9. The heat exchanger of claim 1, wherein:

the second medium flowing through the first plurality of tubes has a first flow rate through the first plurality of tubes that is higher than a second flow rate of the second medium flowing through the second plurality of tubes.

10. A heat exchanger, comprising:

a first section of a first plurality of tubes capable of carrying a first medium, the first section including a first number of tubes, at least one of the first plurality of tubes having first wall thickness, wherein the first plurality of tubes are situated so that after a second medium flows into the heat exchanger the second medium then flows over exterior walls of the first plurality of tubes and through first gaps between the first plurality of tubes; and

a second section of a second plurality of tubes including a second number of tubes that is more than the first number of tubes, at least one of the second plurality of tubes having a second wall thickness that is different than the first wall thickness, wherein the second plurality of tubes are situated so that after the second medium flows past the first section of the first plurality of tubes the second medium then flows over exterior walls of the second plurality of tubes and through second gaps between the second plurality of tubes.

11. The heat exchanger of claim 10, wherein:

the first gaps between the first plurality of tubes are a first uniform distance within the first section of the first plurality of tubes; and

the second gaps between the second plurality of tubes are a second uniform distance within the second section of the second plurality of tubes.

12. The heat exchanger of claim 10, wherein:

the first section of the first plurality of tubes comprises a first rectilinear array of tubes; and

the second section of the second plurality of tubes comprises a second rectilinear array of tubes.
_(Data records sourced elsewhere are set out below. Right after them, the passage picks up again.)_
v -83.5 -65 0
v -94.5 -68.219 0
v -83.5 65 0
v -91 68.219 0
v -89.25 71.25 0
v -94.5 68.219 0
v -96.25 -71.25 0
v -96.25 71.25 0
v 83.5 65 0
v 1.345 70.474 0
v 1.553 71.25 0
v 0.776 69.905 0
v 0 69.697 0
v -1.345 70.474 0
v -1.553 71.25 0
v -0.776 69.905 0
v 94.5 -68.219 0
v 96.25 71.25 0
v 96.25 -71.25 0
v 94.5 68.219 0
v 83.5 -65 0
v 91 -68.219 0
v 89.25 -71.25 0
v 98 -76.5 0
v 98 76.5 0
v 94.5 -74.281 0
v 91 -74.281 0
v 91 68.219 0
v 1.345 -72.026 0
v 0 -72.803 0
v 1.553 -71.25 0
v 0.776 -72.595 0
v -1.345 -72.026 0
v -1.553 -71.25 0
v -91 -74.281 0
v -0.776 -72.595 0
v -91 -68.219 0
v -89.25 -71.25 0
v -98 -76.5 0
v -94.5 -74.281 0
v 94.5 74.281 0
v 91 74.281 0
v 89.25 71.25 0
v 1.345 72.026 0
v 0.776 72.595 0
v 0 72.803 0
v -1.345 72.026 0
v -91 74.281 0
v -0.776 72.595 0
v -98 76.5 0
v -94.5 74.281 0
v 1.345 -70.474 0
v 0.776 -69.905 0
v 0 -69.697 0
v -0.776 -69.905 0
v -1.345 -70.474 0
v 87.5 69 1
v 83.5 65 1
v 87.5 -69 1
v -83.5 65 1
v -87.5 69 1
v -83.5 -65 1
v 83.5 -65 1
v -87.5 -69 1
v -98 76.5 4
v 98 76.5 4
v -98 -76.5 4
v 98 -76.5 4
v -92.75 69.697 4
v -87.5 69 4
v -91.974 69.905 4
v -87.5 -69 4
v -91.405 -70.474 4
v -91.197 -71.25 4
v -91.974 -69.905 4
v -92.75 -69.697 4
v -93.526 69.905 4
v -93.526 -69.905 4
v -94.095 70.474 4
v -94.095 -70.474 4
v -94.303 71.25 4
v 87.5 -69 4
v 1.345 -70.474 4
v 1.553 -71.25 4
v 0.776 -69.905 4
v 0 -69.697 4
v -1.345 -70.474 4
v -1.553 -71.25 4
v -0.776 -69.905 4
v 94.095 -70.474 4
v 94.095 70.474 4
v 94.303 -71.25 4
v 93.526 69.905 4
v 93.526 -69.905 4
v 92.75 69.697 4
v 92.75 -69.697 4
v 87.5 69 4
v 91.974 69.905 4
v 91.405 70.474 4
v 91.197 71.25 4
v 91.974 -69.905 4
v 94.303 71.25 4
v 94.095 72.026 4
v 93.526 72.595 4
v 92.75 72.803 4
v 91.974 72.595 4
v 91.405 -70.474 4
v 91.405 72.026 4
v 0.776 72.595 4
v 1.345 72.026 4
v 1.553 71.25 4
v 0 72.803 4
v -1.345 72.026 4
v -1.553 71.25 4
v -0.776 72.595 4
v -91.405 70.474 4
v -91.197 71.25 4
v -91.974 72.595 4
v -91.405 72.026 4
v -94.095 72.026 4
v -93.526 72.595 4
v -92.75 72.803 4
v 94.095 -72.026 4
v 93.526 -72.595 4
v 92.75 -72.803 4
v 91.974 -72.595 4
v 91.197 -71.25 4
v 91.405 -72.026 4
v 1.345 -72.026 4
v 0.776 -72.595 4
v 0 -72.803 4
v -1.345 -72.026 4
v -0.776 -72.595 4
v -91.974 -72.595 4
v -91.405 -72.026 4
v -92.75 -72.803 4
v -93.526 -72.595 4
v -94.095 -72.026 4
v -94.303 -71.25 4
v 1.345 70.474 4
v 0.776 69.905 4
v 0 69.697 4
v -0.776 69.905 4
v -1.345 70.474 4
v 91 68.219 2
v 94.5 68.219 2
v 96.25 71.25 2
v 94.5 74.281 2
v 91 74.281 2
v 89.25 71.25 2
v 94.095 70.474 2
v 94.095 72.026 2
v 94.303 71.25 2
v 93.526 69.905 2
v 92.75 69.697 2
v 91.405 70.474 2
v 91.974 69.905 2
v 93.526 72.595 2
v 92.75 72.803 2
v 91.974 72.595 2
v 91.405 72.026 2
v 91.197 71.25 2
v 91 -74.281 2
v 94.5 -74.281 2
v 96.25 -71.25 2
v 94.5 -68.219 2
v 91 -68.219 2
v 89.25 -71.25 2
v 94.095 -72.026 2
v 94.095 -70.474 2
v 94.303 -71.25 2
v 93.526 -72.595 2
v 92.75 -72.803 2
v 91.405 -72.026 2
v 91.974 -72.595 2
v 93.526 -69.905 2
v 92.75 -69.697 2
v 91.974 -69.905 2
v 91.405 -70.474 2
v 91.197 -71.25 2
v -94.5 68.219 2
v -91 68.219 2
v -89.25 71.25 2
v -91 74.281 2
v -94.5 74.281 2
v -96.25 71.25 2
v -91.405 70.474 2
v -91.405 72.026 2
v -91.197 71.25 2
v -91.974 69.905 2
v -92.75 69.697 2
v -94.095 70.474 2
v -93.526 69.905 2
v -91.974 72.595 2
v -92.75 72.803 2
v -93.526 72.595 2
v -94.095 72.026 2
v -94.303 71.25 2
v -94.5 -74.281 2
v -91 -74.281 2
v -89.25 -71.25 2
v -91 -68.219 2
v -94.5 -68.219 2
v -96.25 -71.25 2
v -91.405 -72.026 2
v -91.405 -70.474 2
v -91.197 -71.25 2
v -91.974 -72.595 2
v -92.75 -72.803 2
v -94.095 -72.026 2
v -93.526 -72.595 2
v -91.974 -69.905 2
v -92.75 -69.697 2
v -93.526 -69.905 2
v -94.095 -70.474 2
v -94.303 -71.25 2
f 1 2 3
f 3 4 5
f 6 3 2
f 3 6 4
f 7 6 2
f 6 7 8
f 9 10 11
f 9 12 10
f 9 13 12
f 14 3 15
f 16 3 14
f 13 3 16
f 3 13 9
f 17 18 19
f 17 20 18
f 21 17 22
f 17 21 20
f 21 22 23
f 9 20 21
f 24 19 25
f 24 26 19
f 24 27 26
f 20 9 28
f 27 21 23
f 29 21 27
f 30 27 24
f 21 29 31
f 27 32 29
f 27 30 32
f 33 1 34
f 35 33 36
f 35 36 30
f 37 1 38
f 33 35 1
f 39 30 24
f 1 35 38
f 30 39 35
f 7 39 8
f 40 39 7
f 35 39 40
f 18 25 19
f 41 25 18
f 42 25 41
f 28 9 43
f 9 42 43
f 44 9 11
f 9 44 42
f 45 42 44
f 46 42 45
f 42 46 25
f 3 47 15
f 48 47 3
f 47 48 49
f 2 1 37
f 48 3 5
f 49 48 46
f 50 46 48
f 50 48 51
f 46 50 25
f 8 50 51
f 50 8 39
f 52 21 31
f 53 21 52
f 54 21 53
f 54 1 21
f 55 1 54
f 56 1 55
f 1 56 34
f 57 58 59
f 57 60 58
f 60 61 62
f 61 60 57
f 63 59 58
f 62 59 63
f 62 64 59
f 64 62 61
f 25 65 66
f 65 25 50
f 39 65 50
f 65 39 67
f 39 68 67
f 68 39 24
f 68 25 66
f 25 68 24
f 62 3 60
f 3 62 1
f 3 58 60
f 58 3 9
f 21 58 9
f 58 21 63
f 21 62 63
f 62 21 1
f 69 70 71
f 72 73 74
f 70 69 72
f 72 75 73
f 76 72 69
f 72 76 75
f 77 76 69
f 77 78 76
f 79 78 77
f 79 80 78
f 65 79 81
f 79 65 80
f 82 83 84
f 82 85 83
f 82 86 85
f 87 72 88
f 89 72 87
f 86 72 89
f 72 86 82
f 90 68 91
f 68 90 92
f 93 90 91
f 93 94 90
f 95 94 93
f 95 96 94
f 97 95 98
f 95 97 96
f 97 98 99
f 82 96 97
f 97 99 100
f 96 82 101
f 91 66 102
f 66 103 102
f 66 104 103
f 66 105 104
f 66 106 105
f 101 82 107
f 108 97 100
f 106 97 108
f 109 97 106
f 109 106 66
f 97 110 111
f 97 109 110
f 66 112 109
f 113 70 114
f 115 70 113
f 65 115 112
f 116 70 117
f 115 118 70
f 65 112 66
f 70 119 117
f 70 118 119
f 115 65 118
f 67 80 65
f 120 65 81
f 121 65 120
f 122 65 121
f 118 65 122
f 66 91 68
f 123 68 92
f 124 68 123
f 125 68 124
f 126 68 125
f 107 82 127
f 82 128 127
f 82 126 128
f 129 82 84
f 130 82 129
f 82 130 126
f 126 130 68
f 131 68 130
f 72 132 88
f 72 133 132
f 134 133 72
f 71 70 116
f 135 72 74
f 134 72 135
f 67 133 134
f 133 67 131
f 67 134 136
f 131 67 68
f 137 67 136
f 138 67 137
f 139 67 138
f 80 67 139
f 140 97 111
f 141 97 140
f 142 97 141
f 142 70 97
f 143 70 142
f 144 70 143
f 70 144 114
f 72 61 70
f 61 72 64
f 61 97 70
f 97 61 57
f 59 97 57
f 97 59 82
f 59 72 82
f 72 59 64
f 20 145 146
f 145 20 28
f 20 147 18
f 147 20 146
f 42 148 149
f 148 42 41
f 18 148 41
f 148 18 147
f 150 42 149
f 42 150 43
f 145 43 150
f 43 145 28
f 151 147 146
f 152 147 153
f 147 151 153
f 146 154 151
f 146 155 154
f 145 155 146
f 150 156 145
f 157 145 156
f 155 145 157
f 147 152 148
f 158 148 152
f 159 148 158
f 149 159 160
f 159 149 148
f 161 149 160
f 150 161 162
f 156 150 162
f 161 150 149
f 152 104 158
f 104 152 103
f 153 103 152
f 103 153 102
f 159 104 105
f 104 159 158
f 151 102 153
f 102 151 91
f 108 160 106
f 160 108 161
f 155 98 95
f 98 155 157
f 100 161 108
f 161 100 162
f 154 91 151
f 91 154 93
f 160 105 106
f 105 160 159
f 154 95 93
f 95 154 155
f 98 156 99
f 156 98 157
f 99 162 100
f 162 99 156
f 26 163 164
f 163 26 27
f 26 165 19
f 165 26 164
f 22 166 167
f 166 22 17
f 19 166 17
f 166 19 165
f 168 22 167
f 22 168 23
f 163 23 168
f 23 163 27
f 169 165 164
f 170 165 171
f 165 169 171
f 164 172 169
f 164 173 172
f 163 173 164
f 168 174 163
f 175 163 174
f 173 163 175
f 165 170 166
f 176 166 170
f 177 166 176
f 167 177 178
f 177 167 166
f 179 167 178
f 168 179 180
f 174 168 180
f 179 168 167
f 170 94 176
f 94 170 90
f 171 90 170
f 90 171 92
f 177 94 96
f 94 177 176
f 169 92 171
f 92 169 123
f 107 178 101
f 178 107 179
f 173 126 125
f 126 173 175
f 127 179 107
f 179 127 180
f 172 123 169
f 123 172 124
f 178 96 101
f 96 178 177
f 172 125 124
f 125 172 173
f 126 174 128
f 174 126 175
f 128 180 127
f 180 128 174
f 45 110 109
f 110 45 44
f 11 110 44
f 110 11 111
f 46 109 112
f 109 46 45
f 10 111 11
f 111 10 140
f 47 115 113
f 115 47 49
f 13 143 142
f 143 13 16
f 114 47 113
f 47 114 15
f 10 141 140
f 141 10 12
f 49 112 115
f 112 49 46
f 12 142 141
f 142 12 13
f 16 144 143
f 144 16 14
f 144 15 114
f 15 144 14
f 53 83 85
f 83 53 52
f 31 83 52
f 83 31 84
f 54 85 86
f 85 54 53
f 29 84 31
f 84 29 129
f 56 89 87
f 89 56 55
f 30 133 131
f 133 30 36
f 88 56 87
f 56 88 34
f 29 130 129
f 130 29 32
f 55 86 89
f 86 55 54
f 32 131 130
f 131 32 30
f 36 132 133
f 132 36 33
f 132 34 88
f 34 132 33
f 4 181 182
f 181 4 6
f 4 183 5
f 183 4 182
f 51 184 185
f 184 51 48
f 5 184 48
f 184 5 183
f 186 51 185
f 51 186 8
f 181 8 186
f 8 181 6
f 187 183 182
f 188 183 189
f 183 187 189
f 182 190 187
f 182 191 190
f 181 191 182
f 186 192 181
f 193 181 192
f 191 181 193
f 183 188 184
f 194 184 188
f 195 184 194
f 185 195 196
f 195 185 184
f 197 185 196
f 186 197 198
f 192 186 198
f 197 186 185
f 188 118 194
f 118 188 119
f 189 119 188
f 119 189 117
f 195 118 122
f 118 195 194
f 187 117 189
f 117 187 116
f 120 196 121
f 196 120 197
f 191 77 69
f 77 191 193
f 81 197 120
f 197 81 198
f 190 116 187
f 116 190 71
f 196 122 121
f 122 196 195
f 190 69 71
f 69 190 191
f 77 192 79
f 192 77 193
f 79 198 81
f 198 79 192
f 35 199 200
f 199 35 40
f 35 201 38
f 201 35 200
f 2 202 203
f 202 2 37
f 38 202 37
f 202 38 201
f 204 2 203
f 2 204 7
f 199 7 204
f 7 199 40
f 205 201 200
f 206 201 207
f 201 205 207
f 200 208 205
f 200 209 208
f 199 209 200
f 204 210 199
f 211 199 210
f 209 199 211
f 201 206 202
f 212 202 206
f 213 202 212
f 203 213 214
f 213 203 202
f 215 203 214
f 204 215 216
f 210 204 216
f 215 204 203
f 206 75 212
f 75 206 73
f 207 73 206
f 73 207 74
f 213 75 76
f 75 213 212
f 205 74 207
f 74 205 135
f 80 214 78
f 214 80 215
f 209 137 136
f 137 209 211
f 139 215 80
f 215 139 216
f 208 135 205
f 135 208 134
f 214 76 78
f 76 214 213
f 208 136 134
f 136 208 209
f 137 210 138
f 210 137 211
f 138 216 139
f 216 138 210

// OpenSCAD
// PM8535 LCD screen mount
echo(version=version());

/* [Parts and display] */
// which part to export
part="front"; // [front, back, mounting]
// show facia and screen
show="all"; // [all, parts, none]
// bed width
bed_w = 220;

/* [VDU apature] */
// apature width
apature_w = 180;
// apature height
apature_h = 137;
// apature depth
apature_d = 22;
// amount overlaped behind apature
apature_o = 8;

/* [Mounting points] */
// mounting width
mount_w = 213;
//mounting height
mount_h = 160;
// mounting stud diameter (M4 thread with 7mm nut)
mount_d = 4;
// mounting stud base diameter
mount_base_d = 19;
// mount tab diameter
mount_tab_d = 10;


/* [LCD screen] */
// screen width
screen_w=173;
// screen height
screen_h=136;
// screen depth
screen_d=3;
// additional space between screen and mount
screen_e=1; 

/* [mount face] */
// amount the screen is overlapped by a border
face_o=3; 
// depth to LCD screen 
face_d=1; 

module __Customizer_Limit__ () {}


// calculated values
face_o2 = face_o * 2;
apature_o2 = apature_o * 2;
screen_e2 = screen_e * 2;

// standoff radius
standoff_r = ((apature_w + apature_o2) - (screen_w + screen_e2)) / 4;

// fixing bolts location
bolt_x = ((apature_w + apature_o2) / 2) - standoff_r;
bolt_y = ((apature_h + apature_o2) / 2) - standoff_r;

facia_d = 10; //facia depth
facia_o2 = 20*2; // facia overlap


module cylinder_outer(height,radius,fn) {
   fudge = 1/cos(180/fn);
   cylinder(h=height,r=radius*fudge,$fn=fn);
}
   
module m3_hex_bolt(height) {
    translate([0,0,-0.1]) union() {
        cylinder(h=2.1, r=7/2, $fn=6); // hex head 5mm across flats 2mm high
        translate([0,0,2]) cylinder_outer(height+0.1, 3/2, 12);
    }
}


module bolt_pattern(x,y) {
    translate([ x,  y,    0]) m3_hex_bolt(25);
    translate([ x, -y,    0]) m3_hex_bolt(25);
    translate([ 0,  y, -2.1]) m3_hex_bolt(25);
    translate([ 0, -y, -2.1]) m3_hex_bolt(25);
    translate([-x,  y,    0]) m3_hex_bolt(25);
    translate([-x, -y,    0]) m3_hex_bolt(25);    
}

module prism(l, w, h) {
       polyhedron(
           points=[[0,0,0], [l,0,0], [l,w,0], [0,w,0], [0,w,h], [l,w,h]],
           faces=[[0,1,2,3],[5,4,3,2],[0,4,5,1],[0,3,4],[5,2,1]]
       );
}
13. The heat exchanger of claim 10, further comprising:

a third section of a third plurality of tubes including a third number of tubes that is more than the second number of tubes, at least one of the third plurality of tubes having a third diameter that is different than the second diameter, wherein the third plurality of tubes are situated so that after the second medium flows past the second section of the second plurality of tubes the second medium then flows over exterior walls of the third plurality of tubes and through third gaps between the third plurality of tubes.

14. The heat exchanger of claim 10, wherein the second medium is at a higher temperature than the first medium.

15. The heat exchanger of claim 14, wherein the first medium comprises fuel and the first medium comprises air.

16. The heat exchanger of claim 10, wherein the first plurality of tubes carries the first medium from a first medium inlet to a first medium outlet within the heat exchanger.

17. A method comprising:

passing a first medium through a plurality of tubes;

passing a second medium over first exterior walls of and through first gaps between first tubes in a first section of the plurality of tubes, wherein the tubes in the first section of the plurality of tubes have a first diameter; and

passing the second medium over second exterior walls of and through second gaps between second tubes in a second section of the plurality of tubes after the second medium exits the first gaps, wherein the tubes in the second section of the plurality of tubes have a second diameter that is different than the first diameter.

18. The method of claim 17, further comprising:

expelling the second medium through a second outlet after the second medium exits the second gaps; and

expelling the first medium through a first outlet.

19. The method of claim 17, wherein the passing the second medium over the first exterior walls of and through the first gaps between the first tubes in the first section of the plurality of tubes further comprises:

exchanging heat between the second medium and first medium carried within the first tubes in the first section of the plurality of tubes.

20. The method of claim 17, wherein the passing the second medium over the first exterior walls of and through the first gaps between the first tubes in the first section of the plurality of tubes further comprises:

passing the second medium orthogonal to the first tubes of the first section of the plurality of tube.